導入に向けた決裁が下り、2019年9月にサービス利用が開始された。導入に先立ってメールで利用者を募ったところ、守山本店の近隣生産者約40人から良い反応があり、説明会には30人ほどが集まった。直売所内には、カメラを5台導入したが、1台はメロンの販売用と位置付け、残りの4台は店舗に配置した。生産者の今井氏は「カメラが入ったことでリアルタイムの情報量が増えました。朝置いた場所は覚えているので、画像から売れ行きを的確に判断できます。仕入れに来る料理人が大量に買ってくれることもあるので、常にチェックすることが重要な日課になりました」と話す。

「これまでは30分のリスクが大きかったです」と語るのは、今井氏と同じく守山本店近隣で農産物の生産を行う九重智子氏だ。九重氏が冬の主力として扱う白菜は朝の料理番組などで取り上げられたりすると、売れ行きが大きく変わるという(編注:取材は2020年2月)。「今はカメラが入ったので、商品がゼロになることはなくなりました。1日に3~4回は追加することもあります。季節ごとの違いはありますが、多いときには売上は以前の1.5倍になりました」と九重氏。確かに、白菜の売れ方の傾向が分かってくれば、他の野菜を店頭に準備するタイミングも早くなり、全体として効率アップが期待できる。九重氏は「生産者名で指名買いする人もいますから、個々によって売れ行きが違って当然ですが、リアルタイムに現場の状況が分かれば、生産者の対応も迅速になります。そのうえで、お客さまの笑顔につながるおいしくてきれいな野菜をいかに生産し、届けるかが、出荷側のプライドです。これからも、そこにこだわっていきたい」と意気込みを語る。

「第二、第三の今井さん、九重さんを増やすことが今の目標です。それができれば直売所全体の売上を1.2倍程度にすることも難しくないと思っています」と伊庭本氏は手応えを感じている。祖父江氏も「生産者の期待に応えられたことは良かったと思っています。もっと活用していただき、商機を逃さないようにしてもらいたい」とサービスの活用を期待する。

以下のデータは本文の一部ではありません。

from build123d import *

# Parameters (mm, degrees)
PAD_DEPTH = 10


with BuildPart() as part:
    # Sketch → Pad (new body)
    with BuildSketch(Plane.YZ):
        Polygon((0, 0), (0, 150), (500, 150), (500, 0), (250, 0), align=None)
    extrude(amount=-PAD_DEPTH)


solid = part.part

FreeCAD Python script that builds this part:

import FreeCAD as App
import Part
import Sketcher
from FreeCAD import Vector

doc = App.newDocument("Part")
body = doc.addObject("PartDesign::Body", "Body")

sketch1 = body.newObject("Sketcher::SketchObject", "Sketch")
sketch1.AttachmentSupport = (doc.getObject("YZ_Plane"), [""])
sketch1.MapMode = "FlatFace"
sketch1.addGeometry(Part.LineSegment(Vector(0, 150, 0), Vector(0, 0, 0)), False)
sketch1.addGeometry(Part.LineSegment(Vector(0, 0, 0), Vector(500, 0, 0)), False)
sketch1.addGeometry(Part.LineSegment(Vector(500, 0, 0), Vector(500, 150, 0)), False)
sketch1.addGeometry(Part.LineSegment(Vector(500, 150, 0), Vector(0, 150, 0)), False)
sketch1.addConstraint(Sketcher.Constraint("Coincident", 0, 2, 1, 1))
sketch1.addConstraint(Sketcher.Constraint("Coincident", 1, 2, 2, 1))
sketch1.addConstraint(Sketcher.Constraint("Coincident", 2, 2, 3, 1))
sketch1.addConstraint(Sketcher.Constraint("Coincident", 3, 2, 0, 1))
sketch1.addConstraint(Sketcher.Constraint("Vertical", 0))
sketch1.addConstraint(Sketcher.Constraint("Horizontal", 1))
sketch1.addConstraint(Sketcher.Constraint("Vertical", 2))
sketch1.addConstraint(Sketcher.Constraint("Horizontal", 3))
sketch1.addConstraint(Sketcher.Constraint("Coincident", 0, 2, -1, 1))
sketch1.addConstraint(Sketcher.Constraint("DistanceX", 1, 1, 1, 2, 500.0))
sketch1.addConstraint(Sketcher.Constraint("DistanceY", 0, 2, 0, 1, 150.0))
pad1 = body.newObject("PartDesign::Pad", "Pad")
pad1.Profile = sketch1
pad1.Length = 10
pad1.Reversed = True

doc.recompute()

現在はまだ生産者側がスマホから直売所の状況を確認できるにとどまっている。今後は、消費者向けのアプリも準備していくという。しかし、課題もある。高齢の生産者をはじめとして、スマホを扱えない人をどのようにフォローアップするのかという点だ。祖父江氏は「さまざまな使い方を試しながら、試行錯誤して対策を考えていきたい」と話す。同時に、守山本店の主力商品であるメロンの時期に向けて諸課題をいかにクリアしていくかが問われている――。全国初の取り組みがどのような成果を生むのか、今後も注目してきたい。